4. Neutralization Reaction:
- A neutralization reaction occurs when an acid reacts with a base to form salt and water.
- Example: HCl + NaOH → NaCl + H₂O
- This reaction is important in many industrial and biological processes.

5. Salts:
- Salts are formed when acids react with bases.
- Types of salts:
- Acidic salts: Formed by the reaction of a strong acid and a weak base.
- Basic salts: Formed by the reaction of a strong base and a weak acid.
- Neutral salts: Formed by the reaction of a strong acid and a strong base.
- Common examples of salts:
- Sodium chloride (NaCl), used in cooking.
- Sodium carbonate (Na₂CO₃), used in laundry.
- Ammonium chloride (NH₄Cl), used in dry cells.

6. Common Acids, Bases, and Salts:


- Acids: Hydrochloric acid (HCl), Acetic acid (CH₃COOH), Citric acid (C₆H₈O₇)
- Bases: Sodium hydroxide (NaOH), Calcium hydroxide (Ca(OH)₂), Ammonium hydroxide (NH₄OH)
- Salts: Sodium chloride (NaCl), Baking soda (NaHCO₃), Washing soda (Na₂CO₃)

7. Importance of Acids, Bases, and Salts in Daily Life:


- Acids: Used in digestion (HCl in the stomach), food preservation (vinegar), and cleaning agents (citric
acid).
- Bases: Used in soap and detergent manufacturing (NaOH), neutralizing acidity in soil (Ca(OH)₂), and in
antacids (Mg(OH)₂).
- Salts: Essential for the body's electrolyte balance (NaCl), used in food (table salt), and in various industrial
processes.
Important Formulas and Symbols:

- HCl (Hydrochloric Acid), NaOH (Sodium Hydroxide), NaCl (Sodium Chloride)


- Word Equation Example:
- Hydrochloric acid + Sodium hydroxide → Sodium chloride + Water
- HCl + NaOH → NaCl + H₂O

Practice Questions:
1. What is an acid? Give two examples of acids commonly used in laboratories.
2. What is the pH scale? What does it signify if a solution has a pH of 3?
3. Write the chemical equation for the neutralization of sulfuric acid (H₂SO₄) with sodium hydroxide (NaOH).
4. How is the pH of soil important for agriculture?

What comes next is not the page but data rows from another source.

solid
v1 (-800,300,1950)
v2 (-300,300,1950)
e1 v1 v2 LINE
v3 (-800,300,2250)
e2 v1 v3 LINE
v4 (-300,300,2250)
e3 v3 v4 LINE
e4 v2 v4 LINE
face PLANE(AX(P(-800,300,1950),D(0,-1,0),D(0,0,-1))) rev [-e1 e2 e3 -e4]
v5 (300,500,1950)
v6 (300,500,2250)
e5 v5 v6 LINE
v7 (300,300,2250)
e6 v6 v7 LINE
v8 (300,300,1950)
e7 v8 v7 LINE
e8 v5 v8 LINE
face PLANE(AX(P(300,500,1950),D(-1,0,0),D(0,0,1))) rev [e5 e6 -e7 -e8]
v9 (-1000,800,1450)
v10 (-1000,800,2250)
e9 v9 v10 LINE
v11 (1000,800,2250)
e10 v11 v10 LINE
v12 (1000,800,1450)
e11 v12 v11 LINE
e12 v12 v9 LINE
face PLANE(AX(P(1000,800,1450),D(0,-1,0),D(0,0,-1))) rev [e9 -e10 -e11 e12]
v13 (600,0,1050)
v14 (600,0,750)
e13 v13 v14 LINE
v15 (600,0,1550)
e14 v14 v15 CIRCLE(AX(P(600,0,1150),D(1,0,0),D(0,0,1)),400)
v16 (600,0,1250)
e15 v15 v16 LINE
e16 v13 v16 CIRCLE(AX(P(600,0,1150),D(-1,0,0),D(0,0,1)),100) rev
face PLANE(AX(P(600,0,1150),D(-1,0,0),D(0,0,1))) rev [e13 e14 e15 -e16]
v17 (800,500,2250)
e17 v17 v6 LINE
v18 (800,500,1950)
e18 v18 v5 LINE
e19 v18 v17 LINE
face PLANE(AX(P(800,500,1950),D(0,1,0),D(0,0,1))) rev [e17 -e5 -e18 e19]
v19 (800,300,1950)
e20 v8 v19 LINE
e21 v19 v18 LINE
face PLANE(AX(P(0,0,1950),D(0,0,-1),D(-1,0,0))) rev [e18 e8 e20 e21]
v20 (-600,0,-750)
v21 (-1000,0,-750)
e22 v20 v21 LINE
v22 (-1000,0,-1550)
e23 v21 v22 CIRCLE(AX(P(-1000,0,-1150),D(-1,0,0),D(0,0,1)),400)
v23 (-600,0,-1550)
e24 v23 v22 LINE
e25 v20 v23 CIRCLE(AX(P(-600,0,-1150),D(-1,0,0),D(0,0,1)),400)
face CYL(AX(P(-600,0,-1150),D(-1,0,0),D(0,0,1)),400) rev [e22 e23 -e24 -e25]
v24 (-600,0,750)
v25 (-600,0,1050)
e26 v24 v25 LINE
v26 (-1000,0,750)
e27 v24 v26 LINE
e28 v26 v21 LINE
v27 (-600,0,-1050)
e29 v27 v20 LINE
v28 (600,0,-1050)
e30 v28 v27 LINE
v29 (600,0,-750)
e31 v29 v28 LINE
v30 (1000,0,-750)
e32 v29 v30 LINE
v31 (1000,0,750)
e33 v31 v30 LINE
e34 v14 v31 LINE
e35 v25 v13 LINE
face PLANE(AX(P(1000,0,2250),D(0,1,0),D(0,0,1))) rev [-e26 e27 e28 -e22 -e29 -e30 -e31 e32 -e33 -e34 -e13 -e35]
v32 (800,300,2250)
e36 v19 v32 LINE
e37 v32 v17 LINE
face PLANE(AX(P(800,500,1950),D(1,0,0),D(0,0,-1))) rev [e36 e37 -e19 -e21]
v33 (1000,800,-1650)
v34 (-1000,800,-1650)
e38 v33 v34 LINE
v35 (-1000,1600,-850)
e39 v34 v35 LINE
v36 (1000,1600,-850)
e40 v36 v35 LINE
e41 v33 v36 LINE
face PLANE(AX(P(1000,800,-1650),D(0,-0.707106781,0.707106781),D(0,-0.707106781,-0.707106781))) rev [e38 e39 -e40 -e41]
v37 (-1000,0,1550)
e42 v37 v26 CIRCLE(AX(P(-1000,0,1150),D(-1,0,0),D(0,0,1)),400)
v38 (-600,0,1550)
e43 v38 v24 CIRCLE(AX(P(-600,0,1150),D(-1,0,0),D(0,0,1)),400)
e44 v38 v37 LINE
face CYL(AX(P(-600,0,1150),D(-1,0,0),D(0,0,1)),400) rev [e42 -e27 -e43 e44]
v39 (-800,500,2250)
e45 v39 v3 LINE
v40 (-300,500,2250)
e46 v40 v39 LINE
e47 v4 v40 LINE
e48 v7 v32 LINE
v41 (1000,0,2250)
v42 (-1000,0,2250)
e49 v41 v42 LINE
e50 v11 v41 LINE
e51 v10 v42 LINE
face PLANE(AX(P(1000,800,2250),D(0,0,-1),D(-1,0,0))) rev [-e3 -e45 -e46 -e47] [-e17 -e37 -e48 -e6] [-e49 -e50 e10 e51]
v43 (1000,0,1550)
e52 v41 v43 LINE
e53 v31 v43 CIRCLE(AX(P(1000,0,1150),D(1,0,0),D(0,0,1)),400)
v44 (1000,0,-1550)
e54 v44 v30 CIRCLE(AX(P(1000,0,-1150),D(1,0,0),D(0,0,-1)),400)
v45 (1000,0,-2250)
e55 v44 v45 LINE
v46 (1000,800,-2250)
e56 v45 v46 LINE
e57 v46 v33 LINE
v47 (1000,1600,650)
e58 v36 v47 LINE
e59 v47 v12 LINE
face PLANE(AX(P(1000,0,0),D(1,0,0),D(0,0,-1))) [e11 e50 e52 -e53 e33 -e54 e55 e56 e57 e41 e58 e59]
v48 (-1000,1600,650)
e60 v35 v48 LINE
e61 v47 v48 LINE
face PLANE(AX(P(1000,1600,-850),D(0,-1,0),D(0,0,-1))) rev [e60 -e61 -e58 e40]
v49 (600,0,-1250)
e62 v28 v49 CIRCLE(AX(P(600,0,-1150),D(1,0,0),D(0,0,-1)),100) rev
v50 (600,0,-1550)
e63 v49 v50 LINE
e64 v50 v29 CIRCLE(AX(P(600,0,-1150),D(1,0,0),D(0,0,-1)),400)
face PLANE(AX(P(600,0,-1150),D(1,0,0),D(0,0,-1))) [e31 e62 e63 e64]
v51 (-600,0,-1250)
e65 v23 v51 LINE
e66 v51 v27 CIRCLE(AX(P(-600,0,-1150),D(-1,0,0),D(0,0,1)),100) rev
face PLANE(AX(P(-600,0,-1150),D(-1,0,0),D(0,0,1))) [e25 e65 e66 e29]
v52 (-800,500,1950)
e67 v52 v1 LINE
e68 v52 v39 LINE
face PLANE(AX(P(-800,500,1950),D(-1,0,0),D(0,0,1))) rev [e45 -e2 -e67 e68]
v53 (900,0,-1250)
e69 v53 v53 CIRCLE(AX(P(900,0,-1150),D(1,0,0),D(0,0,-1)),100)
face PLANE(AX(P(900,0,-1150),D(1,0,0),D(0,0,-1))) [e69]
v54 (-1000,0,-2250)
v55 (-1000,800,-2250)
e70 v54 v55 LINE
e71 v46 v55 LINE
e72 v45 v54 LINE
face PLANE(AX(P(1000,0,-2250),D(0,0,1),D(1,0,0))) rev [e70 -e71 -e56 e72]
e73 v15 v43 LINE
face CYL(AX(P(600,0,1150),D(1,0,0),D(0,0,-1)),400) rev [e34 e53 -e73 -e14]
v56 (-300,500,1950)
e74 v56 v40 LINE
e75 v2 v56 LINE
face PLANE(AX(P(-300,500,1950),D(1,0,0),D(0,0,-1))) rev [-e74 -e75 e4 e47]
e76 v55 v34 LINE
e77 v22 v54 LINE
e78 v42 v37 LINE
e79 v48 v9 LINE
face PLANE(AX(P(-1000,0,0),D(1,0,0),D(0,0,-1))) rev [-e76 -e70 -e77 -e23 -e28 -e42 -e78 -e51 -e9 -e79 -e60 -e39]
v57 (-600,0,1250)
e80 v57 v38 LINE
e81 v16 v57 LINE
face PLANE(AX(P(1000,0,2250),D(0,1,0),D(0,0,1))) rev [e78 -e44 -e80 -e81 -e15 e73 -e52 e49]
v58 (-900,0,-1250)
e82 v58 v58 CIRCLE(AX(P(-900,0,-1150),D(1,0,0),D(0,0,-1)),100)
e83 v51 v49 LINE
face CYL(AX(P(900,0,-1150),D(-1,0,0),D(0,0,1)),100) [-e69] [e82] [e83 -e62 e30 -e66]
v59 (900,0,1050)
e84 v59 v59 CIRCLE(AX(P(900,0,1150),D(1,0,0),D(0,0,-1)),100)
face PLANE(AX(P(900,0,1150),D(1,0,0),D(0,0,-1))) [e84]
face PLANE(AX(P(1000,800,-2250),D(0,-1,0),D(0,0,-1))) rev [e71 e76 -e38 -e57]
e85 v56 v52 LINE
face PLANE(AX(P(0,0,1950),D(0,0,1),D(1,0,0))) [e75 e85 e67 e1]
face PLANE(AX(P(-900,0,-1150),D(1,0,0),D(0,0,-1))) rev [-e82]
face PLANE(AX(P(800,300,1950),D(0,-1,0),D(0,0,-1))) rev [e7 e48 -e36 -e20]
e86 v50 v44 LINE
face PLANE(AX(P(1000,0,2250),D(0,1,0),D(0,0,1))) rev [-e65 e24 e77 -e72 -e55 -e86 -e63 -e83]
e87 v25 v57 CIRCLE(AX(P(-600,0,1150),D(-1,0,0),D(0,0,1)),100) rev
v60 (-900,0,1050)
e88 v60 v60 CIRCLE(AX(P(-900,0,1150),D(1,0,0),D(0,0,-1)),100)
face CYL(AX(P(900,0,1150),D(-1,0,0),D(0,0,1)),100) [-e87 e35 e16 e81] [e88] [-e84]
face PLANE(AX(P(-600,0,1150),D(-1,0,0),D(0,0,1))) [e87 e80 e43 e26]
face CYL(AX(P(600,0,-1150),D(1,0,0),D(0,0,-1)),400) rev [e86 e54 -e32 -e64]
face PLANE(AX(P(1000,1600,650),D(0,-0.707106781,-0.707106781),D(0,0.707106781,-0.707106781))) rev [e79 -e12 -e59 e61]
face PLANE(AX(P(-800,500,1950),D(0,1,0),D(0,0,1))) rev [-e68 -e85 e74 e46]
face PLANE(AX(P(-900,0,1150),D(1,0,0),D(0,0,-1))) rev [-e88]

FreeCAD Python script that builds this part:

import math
import FreeCAD as App
import Part
import Sketcher

doc = App.newDocument("Part")
body = doc.addObject("PartDesign::Body", "Body")

# Sketch on YZ plane
sketch1 = body.newObject("Sketcher::SketchObject", "Sketch")
sketch1.AttachmentSupport = (doc.getObject("YZ_Plane"), [""])
sketch1.MapMode = "FlatFace"
sketch1.addGeometry([
    Part.LineSegment(App.Vector(0, -2250, 0), App.Vector(800, -2250, 0)),  # 0
    Part.LineSegment(App.Vector(800, -2250, 0), App.Vector(800, -1650, 0)),  # 1
    Part.LineSegment(App.Vector(800, -1650, 0), App.Vector(1600, -850, 0)),  # 2
    Part.LineSegment(App.Vector(1600, -850, 0), App.Vector(1600, 650, 0)),  # 3
    Part.LineSegment(App.Vector(1600, 650, 0), App.Vector(800, 1450, 0)),  # 4
    Part.LineSegment(App.Vector(800, 1450, 0), App.Vector(800, 2250, 0)),  # 5
    Part.LineSegment(App.Vector(800, 2250, 0), App.Vector(0, 2250, 0)),  # 6
    Part.LineSegment(App.Vector(0, 2250, 0), App.Vector(0, -2250, 0)),  # 7
], False)
sketch1.addConstraint([
    Sketcher.Constraint("Coincident", 0, 2, 1, 1),
    Sketcher.Constraint("Coincident", 1, 2, 2, 1),
    Sketcher.Constraint("Coincident", 2, 2, 3, 1),
    Sketcher.Constraint("Coincident", 3, 2, 4, 1),
    Sketcher.Constraint("Coincident", 4, 2, 5, 1),
    Sketcher.Constraint("Coincident", 5, 2, 6, 1),
    Sketcher.Constraint("Coincident", 6, 2, 7, 1),
    Sketcher.Constraint("Coincident", 7, 2, 0, 1),
    Sketcher.Constraint("Horizontal", 0),
    Sketcher.Constraint("Vertical", 1),
    Sketcher.Constraint("Vertical", 3),
    Sketcher.Constraint("Vertical", 5),
    Sketcher.Constraint("Horizontal", 6),
    Sketcher.Constraint("Vertical", 7),
    Sketcher.Constraint("Symmetric", 6, 2, 7, 2, -1, 1),
    Sketcher.Constraint("Perpendicular", 2, 4),
    Sketcher.Constraint("Vertical", 1, 2, 4, 2),
    Sketcher.Constraint("Equal", 6, 5),
    Sketcher.Constraint("Equal", 2, 4),
    Sketcher.Constraint("DistanceX", 0, 1, 0, 2, 800.0),
    Sketcher.Constraint("DistanceY", 1, 1, 1, 2, 600.0),
    Sketcher.Constraint("DistanceY", 3, 1, 3, 2, 1500.0),
    Sketcher.Constraint("DistanceY", 7, 2, 7, 1, 4500.0),
])
pad1 = body.newObject("PartDesign::Pad", "Pad")
pad1.Profile = sketch1
pad1.Length = 2000
pad1.Midplane = True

CHAPTER 3: METALS AND NON-METALS


Key Concepts to Learn:

1. Physical Properties of Metals and Non-metals:


- Metals:
- Lustrous (shiny), malleable, ductile, good conductors of heat and electricity.
- Example: Iron (Fe), Copper (Cu)
- Non-metals:
- Non-lustrous, brittle, poor conductors of heat and electricity.
- Example: Sulfur (S), Carbon (C)

2. Chemical Properties of Metals:


- Reaction with oxygen: Metals form metal oxides, which are basic in nature.
- Example: 4Na + O₂ → 2Na₂O (Sodium oxide)
- Reaction with water: Some metals react with water to form metal hydroxides and hydrogen gas.
- Example: 2Na + 2H₂O → 2NaOH + H₂
- Reaction with acids: Metals react with acids to produce hydrogen gas and salts.
- Example: Zn + 2HCl → ZnCl₂ + H₂

3. Chemical Properties of Non-metals:


- Reaction with oxygen: Non-metals form non-metallic oxides, which are acidic in nature.
- Example: C + O₂ → CO₂ (Carbon dioxide)
- Non-metals do not generally react with water or acids.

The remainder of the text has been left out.